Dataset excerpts

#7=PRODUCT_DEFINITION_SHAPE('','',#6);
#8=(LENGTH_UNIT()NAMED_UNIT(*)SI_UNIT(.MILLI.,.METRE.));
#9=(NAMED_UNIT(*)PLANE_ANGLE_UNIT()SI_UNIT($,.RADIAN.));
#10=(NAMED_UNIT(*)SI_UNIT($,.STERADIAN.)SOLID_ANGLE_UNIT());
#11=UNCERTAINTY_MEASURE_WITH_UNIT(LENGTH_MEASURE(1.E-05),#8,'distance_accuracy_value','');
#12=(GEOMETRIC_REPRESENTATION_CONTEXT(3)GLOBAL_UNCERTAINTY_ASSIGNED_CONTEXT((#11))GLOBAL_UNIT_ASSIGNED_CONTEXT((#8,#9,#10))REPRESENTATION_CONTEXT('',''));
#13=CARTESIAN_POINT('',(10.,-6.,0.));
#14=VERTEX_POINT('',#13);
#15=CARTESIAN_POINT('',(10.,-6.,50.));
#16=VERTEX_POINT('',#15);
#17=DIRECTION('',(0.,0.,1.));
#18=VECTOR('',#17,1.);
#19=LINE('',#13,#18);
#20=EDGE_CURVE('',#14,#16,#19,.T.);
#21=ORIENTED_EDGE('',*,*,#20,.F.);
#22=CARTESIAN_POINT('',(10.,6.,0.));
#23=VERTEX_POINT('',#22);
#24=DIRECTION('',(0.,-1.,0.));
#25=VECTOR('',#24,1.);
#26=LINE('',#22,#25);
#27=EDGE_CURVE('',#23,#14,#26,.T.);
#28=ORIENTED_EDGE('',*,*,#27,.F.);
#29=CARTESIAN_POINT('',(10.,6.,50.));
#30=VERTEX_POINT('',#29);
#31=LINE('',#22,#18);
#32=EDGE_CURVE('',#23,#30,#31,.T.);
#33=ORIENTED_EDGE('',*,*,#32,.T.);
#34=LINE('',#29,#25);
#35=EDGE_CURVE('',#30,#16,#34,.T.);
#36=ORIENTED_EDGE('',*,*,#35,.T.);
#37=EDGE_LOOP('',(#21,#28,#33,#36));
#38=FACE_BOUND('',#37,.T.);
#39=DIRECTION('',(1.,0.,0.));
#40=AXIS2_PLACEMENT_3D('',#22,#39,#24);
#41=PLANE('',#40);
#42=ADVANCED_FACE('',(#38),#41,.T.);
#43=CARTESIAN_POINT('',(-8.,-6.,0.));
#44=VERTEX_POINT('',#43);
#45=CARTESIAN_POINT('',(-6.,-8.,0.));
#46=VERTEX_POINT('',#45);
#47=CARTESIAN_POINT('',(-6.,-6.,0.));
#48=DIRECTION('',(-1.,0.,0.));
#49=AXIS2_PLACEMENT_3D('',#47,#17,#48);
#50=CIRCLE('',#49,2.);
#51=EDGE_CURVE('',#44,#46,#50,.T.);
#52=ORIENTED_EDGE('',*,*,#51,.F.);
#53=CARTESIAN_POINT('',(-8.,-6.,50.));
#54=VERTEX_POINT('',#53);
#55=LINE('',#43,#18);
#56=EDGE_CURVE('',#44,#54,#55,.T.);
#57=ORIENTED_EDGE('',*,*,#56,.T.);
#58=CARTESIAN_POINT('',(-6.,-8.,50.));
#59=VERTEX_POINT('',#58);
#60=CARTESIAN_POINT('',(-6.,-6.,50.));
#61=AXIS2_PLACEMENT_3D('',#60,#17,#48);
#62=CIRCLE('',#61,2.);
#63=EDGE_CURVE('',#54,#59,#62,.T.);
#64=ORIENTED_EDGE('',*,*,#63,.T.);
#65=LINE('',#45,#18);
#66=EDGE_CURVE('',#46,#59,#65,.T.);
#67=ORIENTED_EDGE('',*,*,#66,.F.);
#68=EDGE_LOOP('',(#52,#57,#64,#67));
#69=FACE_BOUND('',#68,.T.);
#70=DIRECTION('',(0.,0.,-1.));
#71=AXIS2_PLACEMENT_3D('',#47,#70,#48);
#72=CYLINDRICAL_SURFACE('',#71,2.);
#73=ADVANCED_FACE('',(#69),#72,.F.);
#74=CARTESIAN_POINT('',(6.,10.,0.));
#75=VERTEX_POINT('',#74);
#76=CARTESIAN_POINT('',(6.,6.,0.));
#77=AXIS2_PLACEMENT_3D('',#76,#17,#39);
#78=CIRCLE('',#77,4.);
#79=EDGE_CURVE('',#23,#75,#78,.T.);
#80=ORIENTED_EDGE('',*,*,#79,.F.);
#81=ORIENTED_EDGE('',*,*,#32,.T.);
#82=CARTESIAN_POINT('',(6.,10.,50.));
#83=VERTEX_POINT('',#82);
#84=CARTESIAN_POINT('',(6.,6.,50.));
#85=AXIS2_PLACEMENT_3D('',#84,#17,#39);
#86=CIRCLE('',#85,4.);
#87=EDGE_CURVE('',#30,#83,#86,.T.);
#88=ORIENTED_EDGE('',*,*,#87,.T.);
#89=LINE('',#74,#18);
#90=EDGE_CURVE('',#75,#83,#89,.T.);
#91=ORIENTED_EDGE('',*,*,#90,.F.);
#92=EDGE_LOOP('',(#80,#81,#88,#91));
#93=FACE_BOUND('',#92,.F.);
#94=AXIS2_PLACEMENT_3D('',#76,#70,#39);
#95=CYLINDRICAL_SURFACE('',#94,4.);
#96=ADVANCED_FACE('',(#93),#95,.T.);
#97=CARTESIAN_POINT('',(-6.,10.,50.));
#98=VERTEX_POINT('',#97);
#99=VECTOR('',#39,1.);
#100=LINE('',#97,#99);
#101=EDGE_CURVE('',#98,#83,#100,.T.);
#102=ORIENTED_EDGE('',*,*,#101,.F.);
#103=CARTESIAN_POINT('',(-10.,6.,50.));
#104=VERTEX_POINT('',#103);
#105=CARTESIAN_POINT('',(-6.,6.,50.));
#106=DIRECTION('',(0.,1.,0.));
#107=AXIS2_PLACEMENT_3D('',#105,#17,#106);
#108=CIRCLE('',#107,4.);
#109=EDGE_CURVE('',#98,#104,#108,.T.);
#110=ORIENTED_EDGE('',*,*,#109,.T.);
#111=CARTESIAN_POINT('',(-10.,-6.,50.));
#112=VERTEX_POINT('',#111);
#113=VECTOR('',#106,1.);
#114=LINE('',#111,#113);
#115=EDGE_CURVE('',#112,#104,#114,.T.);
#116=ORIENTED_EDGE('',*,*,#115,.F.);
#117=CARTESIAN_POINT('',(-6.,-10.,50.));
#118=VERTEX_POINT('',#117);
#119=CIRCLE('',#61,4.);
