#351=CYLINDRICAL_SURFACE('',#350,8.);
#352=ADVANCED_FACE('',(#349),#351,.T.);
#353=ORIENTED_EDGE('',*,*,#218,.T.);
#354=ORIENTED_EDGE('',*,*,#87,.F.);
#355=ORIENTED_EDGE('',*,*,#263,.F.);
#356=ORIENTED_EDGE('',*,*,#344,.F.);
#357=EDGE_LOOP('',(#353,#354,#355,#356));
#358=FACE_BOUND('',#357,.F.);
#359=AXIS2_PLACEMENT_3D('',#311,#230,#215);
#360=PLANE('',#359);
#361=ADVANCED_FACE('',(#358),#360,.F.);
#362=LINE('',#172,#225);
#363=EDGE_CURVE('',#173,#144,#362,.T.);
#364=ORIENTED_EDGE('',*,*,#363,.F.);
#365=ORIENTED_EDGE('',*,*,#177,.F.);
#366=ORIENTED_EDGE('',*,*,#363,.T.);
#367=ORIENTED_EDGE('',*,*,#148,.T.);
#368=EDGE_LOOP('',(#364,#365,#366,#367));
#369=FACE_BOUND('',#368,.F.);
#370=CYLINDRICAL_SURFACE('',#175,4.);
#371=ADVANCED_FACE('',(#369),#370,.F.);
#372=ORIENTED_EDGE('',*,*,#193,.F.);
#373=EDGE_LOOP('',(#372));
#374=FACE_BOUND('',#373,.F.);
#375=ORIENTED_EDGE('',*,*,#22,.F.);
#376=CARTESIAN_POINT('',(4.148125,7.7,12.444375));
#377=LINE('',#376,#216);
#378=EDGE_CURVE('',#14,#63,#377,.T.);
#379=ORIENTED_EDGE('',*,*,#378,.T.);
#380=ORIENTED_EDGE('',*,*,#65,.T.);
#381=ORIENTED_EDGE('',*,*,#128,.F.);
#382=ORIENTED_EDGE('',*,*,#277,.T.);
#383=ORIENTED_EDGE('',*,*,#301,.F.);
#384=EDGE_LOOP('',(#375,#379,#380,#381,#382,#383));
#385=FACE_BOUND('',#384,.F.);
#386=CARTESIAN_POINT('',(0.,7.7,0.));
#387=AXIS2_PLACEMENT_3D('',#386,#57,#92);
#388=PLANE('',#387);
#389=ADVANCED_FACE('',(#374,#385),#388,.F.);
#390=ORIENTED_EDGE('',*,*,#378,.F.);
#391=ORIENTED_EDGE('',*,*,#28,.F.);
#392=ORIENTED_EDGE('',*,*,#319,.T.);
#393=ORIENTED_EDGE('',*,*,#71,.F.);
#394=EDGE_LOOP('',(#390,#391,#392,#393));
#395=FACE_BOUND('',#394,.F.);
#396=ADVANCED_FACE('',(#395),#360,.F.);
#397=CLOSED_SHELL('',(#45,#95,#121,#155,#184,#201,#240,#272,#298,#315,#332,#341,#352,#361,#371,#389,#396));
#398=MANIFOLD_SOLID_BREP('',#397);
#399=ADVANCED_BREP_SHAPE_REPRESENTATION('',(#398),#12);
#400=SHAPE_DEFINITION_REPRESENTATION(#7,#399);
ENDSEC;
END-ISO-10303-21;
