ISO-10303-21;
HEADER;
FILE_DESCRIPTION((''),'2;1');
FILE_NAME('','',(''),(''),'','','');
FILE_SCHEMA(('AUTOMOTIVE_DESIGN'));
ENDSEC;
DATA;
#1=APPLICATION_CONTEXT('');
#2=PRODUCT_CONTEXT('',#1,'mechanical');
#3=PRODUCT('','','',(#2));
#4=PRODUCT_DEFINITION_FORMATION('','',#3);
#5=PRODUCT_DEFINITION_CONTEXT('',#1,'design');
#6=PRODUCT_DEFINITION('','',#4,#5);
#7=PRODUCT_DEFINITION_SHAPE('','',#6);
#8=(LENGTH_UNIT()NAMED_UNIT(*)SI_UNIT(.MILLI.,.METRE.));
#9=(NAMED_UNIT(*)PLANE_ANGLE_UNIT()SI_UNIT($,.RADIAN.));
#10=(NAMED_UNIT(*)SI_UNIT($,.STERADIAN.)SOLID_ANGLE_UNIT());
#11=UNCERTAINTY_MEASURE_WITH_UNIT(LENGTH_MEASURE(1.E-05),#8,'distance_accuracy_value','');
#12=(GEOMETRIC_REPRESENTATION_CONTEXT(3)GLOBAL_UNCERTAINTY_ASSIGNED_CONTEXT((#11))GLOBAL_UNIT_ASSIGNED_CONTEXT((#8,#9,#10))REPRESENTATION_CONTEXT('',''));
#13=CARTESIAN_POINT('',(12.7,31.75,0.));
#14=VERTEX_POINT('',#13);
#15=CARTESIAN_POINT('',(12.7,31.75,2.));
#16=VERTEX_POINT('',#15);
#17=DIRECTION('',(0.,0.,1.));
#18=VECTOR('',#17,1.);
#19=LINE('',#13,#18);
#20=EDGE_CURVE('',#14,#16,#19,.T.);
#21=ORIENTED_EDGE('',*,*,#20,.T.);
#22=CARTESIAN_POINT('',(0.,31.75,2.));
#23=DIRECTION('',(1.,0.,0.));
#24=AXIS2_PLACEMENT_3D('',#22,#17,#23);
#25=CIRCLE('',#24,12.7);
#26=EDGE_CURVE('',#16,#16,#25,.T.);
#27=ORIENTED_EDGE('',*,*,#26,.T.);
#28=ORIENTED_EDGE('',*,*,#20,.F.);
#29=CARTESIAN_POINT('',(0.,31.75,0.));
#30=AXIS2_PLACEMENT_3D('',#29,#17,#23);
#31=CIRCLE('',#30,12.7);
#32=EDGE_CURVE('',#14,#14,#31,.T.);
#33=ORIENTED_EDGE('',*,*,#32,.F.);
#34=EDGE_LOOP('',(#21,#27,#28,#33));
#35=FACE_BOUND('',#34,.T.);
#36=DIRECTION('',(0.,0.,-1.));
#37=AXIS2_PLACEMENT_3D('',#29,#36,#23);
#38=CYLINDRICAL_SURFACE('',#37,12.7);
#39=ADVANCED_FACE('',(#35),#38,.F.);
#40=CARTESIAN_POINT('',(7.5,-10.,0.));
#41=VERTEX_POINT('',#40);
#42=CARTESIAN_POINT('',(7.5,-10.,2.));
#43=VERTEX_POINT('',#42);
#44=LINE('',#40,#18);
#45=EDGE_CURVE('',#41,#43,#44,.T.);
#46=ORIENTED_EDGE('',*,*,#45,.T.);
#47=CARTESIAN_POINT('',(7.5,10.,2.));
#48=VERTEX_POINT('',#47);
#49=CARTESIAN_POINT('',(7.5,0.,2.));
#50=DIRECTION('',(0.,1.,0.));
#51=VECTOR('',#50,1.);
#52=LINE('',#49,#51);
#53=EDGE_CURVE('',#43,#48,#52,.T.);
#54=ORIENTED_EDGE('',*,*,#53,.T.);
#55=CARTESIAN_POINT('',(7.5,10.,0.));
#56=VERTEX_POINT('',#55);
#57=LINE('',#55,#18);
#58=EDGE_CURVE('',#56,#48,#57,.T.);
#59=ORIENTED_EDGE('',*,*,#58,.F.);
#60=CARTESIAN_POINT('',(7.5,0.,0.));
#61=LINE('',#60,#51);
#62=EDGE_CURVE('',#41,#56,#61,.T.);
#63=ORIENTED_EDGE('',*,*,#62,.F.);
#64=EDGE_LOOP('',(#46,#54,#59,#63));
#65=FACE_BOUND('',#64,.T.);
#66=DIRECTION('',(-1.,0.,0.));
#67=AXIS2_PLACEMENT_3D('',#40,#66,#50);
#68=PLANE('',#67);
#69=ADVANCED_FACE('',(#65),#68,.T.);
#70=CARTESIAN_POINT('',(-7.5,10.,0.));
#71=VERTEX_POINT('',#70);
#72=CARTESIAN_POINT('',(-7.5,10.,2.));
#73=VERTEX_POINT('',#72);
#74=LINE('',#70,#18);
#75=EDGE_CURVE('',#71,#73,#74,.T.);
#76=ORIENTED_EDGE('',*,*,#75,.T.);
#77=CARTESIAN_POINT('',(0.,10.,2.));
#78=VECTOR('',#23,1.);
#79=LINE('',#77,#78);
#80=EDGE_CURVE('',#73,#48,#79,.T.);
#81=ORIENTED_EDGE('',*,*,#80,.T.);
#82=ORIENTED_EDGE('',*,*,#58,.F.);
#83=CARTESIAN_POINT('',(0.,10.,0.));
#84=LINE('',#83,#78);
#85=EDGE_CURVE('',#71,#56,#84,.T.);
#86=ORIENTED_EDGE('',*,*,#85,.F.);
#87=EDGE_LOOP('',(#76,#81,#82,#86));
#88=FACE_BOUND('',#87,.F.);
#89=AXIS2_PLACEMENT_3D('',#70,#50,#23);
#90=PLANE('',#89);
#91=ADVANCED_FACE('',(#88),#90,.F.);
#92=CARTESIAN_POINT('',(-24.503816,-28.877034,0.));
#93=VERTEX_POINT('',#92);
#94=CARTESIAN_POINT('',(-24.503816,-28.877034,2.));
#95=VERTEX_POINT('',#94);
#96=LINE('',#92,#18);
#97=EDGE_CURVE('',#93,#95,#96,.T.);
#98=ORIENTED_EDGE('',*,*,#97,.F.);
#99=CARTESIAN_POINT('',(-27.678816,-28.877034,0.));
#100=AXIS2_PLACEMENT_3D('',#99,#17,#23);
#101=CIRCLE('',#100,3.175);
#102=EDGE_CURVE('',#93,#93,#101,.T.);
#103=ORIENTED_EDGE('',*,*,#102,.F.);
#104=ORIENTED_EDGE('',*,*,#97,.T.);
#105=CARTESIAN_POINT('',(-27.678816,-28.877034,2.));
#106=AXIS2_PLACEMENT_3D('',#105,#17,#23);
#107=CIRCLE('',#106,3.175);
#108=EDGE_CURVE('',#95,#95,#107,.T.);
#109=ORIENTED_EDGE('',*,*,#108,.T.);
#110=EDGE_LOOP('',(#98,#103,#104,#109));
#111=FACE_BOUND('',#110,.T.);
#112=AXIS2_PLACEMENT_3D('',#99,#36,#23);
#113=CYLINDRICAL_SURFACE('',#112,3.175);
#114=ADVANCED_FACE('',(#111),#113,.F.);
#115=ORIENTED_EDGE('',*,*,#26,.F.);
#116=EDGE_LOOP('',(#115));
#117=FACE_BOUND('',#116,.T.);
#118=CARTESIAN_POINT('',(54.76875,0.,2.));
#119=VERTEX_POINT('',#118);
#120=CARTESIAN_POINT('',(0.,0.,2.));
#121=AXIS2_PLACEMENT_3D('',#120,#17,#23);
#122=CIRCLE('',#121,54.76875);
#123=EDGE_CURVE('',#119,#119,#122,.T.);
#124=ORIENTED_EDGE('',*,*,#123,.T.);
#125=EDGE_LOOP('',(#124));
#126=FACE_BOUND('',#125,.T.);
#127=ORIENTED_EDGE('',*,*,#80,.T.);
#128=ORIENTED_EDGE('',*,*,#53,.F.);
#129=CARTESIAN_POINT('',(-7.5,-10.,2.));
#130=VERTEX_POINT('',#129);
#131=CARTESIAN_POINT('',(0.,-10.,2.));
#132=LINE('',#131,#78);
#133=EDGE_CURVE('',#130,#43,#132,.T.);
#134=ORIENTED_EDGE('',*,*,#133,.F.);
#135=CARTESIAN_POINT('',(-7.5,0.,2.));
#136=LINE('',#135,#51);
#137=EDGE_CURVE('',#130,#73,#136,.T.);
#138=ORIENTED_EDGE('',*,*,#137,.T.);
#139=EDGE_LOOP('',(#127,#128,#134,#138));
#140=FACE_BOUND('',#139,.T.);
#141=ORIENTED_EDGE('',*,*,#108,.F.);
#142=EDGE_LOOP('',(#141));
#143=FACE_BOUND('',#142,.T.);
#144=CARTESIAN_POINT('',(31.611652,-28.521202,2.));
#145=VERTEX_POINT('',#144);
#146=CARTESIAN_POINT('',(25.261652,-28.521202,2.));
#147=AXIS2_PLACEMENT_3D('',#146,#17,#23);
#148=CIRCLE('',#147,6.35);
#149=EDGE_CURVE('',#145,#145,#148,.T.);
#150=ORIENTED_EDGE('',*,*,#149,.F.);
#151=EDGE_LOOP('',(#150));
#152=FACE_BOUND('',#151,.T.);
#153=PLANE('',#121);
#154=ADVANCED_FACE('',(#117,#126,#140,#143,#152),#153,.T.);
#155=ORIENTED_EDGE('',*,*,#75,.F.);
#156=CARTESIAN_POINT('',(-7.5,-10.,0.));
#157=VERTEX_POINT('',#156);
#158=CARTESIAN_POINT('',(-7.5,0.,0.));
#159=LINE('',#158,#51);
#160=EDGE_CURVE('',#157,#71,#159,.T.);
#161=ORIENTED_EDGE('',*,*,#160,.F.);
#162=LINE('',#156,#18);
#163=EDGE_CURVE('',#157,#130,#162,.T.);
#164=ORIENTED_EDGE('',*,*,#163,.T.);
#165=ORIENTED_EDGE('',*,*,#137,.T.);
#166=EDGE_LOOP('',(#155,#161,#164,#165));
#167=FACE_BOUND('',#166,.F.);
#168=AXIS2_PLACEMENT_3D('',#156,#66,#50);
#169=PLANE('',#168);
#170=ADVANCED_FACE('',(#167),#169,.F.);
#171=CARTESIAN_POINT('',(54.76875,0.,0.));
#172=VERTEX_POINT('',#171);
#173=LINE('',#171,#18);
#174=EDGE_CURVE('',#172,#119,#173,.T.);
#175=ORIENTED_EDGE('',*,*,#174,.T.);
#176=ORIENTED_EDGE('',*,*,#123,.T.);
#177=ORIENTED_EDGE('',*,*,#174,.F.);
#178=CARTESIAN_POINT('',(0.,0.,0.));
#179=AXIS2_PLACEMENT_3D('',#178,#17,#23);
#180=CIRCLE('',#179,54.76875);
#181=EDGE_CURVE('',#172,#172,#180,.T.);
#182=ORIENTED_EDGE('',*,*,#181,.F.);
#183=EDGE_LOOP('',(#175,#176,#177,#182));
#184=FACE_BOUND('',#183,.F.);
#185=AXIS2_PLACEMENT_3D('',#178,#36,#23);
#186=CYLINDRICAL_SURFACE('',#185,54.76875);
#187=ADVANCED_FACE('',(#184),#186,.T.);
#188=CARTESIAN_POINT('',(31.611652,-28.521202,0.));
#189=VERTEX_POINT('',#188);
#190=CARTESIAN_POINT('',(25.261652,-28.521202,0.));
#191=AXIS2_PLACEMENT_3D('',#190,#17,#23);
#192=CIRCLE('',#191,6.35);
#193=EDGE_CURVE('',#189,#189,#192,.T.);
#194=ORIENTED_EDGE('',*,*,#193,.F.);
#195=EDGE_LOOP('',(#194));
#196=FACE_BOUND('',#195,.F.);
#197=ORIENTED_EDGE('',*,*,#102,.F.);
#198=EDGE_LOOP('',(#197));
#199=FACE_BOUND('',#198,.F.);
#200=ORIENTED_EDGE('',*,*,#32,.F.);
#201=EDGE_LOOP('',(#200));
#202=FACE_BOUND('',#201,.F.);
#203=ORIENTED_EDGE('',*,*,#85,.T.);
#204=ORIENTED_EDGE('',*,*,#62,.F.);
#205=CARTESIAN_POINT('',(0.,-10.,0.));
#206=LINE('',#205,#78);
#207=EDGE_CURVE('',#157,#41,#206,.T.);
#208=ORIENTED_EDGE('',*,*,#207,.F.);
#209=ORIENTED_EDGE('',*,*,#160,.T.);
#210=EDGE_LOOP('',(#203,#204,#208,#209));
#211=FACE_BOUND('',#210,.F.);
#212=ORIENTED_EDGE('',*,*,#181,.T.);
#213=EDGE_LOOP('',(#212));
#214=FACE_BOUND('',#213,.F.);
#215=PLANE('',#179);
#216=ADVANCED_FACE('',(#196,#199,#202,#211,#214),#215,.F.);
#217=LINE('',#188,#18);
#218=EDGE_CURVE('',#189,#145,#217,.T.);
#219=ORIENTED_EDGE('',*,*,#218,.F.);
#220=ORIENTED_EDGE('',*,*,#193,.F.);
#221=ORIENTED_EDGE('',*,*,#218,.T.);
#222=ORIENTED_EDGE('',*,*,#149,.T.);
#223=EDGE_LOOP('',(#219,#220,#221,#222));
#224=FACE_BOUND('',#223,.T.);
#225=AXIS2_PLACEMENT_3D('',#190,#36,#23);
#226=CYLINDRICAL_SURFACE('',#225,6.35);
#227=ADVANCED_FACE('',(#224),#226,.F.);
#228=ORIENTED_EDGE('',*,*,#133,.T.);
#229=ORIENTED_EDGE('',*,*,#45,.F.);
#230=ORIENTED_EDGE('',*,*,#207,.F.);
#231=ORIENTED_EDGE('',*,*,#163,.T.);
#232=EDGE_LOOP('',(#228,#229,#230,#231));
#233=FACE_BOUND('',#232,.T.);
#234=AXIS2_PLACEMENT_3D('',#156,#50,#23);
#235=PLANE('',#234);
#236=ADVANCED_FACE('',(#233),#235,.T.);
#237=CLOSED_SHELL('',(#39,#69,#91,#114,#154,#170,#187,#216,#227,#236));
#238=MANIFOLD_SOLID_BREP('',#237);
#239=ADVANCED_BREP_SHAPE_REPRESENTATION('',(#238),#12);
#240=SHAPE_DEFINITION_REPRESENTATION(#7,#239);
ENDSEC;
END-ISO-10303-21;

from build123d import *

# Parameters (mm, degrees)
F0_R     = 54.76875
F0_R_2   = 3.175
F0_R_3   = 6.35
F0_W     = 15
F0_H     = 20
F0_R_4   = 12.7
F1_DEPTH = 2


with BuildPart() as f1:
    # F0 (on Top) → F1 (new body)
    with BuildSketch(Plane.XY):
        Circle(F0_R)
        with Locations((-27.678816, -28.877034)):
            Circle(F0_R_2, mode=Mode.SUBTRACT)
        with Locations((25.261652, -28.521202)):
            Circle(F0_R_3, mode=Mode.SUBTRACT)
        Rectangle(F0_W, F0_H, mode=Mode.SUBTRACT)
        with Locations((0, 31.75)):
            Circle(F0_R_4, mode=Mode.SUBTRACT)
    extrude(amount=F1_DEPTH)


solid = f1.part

# What you are asked to do
Your task is to restate, word for word, only those lines above that fall between the line holding "#102=EDGE_CURVE('',#93,#93,#101,.T.);" and the line holding "#124=ORIENTED_EDGE('',*,*,#123,.T.);", inclusive.

# Response area
#102=EDGE_CURVE('',#93,#93,#101,.T.);
#103=ORIENTED_EDGE('',*,*,#102,.F.);
#104=ORIENTED_EDGE('',*,*,#97,.T.);
#105=CARTESIAN_POINT('',(-27.678816,-28.877034,2.));
#106=AXIS2_PLACEMENT_3D('',#105,#17,#23);
#107=CIRCLE('',#106,3.175);
#108=EDGE_CURVE('',#95,#95,#107,.T.);
#109=ORIENTED_EDGE('',*,*,#108,.T.);
#110=EDGE_LOOP('',(#98,#103,#104,#109));
#111=FACE_BOUND('',#110,.T.);
#112=AXIS2_PLACEMENT_3D('',#99,#36,#23);
#113=CYLINDRICAL_SURFACE('',#112,3.175);
#114=ADVANCED_FACE('',(#111),#113,.F.);
#115=ORIENTED_EDGE('',*,*,#26,.F.);
#116=EDGE_LOOP('',(#115));
#117=FACE_BOUND('',#116,.T.);
#118=CARTESIAN_POINT('',(54.76875,0.,2.));
#119=VERTEX_POINT('',#118);
#120=CARTESIAN_POINT('',(0.,0.,2.));
#121=AXIS2_PLACEMENT_3D('',#120,#17,#23);
#122=CIRCLE('',#121,54.76875);
#123=EDGE_CURVE('',#119,#119,#122,.T.);
#124=ORIENTED_EDGE('',*,*,#123,.T.);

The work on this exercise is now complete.